Task goal: Repeat, line for line, the entries below from the first line to the line containing "vertex -45.72 12.7 45.72", counting both ends.

(Saved entries)

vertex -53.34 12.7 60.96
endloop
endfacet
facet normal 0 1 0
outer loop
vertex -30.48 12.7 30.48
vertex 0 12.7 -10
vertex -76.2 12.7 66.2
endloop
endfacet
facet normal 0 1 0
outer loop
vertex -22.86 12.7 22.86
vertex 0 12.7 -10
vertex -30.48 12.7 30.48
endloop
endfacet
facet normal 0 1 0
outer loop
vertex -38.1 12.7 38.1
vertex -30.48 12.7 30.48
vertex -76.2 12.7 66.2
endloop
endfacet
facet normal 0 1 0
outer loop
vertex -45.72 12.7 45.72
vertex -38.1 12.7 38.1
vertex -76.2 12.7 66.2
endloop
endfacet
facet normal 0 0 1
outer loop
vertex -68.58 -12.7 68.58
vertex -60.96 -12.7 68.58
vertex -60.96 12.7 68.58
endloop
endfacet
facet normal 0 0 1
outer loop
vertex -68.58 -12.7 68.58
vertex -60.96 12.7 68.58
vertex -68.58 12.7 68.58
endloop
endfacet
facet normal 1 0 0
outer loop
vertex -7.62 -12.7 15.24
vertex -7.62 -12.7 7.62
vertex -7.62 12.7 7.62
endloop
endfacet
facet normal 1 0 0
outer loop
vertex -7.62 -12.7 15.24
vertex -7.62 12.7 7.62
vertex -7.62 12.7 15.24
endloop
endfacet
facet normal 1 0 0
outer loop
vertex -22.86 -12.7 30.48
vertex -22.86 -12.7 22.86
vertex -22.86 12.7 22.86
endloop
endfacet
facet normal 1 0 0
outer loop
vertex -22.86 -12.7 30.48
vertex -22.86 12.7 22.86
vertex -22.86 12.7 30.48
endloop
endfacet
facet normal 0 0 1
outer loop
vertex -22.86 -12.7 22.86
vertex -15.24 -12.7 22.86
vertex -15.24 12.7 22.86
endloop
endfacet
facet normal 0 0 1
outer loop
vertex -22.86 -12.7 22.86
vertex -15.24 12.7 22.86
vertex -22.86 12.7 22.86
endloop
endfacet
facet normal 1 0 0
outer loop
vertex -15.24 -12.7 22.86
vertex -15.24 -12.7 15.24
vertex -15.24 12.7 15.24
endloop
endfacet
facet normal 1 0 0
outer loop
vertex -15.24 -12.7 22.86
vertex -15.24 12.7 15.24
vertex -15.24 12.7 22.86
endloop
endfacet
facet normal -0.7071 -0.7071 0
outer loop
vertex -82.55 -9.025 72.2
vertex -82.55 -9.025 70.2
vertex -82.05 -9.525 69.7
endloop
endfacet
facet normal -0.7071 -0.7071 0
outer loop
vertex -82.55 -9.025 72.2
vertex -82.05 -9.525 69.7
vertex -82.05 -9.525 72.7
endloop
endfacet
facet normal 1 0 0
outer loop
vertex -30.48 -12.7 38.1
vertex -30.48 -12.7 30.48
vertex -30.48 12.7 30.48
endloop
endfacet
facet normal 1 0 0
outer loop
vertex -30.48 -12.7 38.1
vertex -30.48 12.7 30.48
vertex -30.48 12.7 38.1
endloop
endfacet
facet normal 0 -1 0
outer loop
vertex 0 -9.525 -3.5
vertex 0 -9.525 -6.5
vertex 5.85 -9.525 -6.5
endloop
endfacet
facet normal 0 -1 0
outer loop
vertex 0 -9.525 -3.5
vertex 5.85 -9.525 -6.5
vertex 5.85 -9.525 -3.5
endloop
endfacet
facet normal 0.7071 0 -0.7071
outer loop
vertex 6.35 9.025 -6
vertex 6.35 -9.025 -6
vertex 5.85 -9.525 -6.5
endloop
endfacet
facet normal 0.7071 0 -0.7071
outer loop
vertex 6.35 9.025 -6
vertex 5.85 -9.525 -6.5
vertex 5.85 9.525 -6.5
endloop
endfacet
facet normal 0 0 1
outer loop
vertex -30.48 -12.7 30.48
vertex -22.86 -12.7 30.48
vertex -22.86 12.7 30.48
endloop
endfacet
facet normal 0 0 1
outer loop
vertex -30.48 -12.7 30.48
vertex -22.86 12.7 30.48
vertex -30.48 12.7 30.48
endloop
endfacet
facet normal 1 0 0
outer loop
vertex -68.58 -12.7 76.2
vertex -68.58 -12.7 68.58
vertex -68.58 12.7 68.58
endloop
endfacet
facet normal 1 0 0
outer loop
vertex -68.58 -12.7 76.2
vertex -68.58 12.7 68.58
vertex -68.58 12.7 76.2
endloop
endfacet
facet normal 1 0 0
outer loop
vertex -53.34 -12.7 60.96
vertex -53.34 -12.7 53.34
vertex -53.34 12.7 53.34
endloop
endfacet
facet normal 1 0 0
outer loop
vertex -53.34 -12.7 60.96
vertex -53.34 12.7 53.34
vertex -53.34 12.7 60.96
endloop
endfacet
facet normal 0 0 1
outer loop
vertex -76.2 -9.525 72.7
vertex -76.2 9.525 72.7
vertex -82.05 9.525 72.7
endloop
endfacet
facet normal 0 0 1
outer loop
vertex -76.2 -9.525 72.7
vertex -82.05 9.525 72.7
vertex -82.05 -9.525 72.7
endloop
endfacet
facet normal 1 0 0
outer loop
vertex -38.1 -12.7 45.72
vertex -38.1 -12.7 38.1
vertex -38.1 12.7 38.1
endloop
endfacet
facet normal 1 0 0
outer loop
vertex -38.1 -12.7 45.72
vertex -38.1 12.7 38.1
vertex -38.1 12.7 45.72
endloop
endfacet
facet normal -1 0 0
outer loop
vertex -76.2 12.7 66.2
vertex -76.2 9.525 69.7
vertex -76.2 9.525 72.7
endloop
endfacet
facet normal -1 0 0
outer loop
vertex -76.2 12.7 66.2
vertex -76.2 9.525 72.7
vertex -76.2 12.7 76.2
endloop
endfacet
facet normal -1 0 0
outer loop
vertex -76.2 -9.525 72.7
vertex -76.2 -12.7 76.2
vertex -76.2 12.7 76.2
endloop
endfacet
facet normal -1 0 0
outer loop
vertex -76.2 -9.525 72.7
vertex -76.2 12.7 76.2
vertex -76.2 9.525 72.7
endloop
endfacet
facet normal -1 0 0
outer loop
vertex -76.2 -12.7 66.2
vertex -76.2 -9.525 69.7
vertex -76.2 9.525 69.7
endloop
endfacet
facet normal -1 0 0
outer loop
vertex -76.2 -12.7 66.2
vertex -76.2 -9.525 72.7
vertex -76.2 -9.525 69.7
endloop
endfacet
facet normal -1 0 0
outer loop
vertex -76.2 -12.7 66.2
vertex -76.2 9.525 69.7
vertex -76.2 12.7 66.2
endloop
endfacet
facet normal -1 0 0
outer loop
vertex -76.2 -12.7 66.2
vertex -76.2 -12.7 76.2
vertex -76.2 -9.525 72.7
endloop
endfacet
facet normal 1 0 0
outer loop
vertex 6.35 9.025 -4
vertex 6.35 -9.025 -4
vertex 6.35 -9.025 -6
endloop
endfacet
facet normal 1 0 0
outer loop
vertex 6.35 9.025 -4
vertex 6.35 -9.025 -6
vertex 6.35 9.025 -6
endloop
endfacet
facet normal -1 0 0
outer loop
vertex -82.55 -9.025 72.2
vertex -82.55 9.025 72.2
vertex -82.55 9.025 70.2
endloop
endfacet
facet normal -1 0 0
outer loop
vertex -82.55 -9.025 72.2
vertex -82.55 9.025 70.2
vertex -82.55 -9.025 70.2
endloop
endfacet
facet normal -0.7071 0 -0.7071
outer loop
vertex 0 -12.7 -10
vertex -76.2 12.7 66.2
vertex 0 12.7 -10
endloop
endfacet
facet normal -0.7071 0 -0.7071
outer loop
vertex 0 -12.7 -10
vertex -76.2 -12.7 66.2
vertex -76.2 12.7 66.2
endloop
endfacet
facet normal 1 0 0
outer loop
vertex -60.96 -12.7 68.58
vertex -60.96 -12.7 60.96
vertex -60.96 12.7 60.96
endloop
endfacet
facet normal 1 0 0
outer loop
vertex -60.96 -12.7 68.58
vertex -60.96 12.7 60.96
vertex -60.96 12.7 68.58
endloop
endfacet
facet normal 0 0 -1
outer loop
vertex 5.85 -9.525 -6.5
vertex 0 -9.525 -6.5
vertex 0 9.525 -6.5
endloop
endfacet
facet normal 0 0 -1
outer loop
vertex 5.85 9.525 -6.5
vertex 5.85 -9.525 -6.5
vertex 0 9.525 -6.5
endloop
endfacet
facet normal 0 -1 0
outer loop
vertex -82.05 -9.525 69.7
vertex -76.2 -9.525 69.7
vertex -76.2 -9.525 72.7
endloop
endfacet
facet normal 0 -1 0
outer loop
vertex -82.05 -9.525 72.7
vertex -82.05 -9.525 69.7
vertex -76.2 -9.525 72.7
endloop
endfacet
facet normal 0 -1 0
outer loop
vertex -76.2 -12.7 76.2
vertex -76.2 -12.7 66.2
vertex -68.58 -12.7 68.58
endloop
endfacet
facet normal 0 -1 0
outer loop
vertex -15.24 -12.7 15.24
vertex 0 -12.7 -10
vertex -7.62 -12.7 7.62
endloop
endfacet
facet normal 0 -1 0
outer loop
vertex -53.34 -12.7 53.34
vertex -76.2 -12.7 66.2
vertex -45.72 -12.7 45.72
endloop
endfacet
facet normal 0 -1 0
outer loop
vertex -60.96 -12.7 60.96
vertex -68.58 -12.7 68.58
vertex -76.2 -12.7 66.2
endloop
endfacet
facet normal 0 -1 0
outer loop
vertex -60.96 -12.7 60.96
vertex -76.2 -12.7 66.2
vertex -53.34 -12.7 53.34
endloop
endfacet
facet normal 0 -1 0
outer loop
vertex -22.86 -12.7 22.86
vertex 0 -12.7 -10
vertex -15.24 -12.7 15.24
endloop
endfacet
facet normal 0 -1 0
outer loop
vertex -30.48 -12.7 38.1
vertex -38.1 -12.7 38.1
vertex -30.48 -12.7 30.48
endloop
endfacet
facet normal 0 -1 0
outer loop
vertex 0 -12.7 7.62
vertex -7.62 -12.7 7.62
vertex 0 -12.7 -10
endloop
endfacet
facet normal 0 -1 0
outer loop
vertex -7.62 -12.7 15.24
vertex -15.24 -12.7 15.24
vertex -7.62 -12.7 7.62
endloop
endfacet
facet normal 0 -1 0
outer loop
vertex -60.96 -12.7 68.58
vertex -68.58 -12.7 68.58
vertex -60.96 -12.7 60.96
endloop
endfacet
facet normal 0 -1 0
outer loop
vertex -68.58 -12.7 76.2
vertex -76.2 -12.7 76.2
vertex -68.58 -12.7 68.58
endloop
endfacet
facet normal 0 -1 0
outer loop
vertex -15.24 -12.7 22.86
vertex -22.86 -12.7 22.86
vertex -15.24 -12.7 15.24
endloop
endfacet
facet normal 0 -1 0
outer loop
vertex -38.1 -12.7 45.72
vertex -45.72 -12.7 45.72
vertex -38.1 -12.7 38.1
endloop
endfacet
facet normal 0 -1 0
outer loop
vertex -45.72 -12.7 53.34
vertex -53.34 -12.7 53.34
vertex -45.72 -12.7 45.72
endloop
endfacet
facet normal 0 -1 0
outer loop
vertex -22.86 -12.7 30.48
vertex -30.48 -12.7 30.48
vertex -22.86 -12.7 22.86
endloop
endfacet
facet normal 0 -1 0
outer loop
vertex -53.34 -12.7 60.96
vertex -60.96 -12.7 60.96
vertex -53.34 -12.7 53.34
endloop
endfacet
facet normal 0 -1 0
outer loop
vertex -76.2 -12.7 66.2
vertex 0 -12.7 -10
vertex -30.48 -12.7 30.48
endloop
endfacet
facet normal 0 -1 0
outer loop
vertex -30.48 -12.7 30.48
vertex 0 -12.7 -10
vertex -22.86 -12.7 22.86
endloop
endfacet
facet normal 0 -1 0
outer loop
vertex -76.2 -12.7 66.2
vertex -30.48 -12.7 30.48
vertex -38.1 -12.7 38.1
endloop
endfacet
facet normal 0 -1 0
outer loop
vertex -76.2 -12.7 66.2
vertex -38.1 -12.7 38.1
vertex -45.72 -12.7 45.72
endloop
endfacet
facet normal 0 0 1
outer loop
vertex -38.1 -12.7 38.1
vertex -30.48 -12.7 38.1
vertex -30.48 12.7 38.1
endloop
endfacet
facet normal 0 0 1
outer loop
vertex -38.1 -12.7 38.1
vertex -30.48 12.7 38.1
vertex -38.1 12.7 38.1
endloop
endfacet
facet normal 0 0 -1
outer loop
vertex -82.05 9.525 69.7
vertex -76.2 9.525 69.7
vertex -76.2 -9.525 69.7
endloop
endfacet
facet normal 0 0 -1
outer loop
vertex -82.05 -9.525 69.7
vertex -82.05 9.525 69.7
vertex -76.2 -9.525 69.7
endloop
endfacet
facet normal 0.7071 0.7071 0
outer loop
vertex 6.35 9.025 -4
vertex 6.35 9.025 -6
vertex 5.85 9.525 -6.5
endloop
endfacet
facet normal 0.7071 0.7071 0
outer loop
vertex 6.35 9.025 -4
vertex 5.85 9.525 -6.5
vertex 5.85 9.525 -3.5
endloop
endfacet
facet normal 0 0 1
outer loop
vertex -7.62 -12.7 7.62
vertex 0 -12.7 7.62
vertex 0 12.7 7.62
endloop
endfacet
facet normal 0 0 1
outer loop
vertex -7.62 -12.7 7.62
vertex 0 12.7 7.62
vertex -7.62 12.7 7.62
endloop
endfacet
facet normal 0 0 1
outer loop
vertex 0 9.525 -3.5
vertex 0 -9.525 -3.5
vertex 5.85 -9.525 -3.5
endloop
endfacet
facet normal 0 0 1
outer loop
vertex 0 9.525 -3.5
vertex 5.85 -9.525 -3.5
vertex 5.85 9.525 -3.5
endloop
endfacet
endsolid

Task output:
vertex -53.34 12.7 60.96
endloop
endfacet
facet normal 0 1 0
outer loop
vertex -30.48 12.7 30.48
vertex 0 12.7 -10
vertex -76.2 12.7 66.2
endloop
endfacet
facet normal 0 1 0
outer loop
vertex -22.86 12.7 22.86
vertex 0 12.7 -10
vertex -30.48 12.7 30.48
endloop
endfacet
facet normal 0 1 0
outer loop
vertex -38.1 12.7 38.1
vertex -30.48 12.7 30.48
vertex -76.2 12.7 66.2
endloop
endfacet
facet normal 0 1 0
outer loop
vertex -45.72 12.7 45.72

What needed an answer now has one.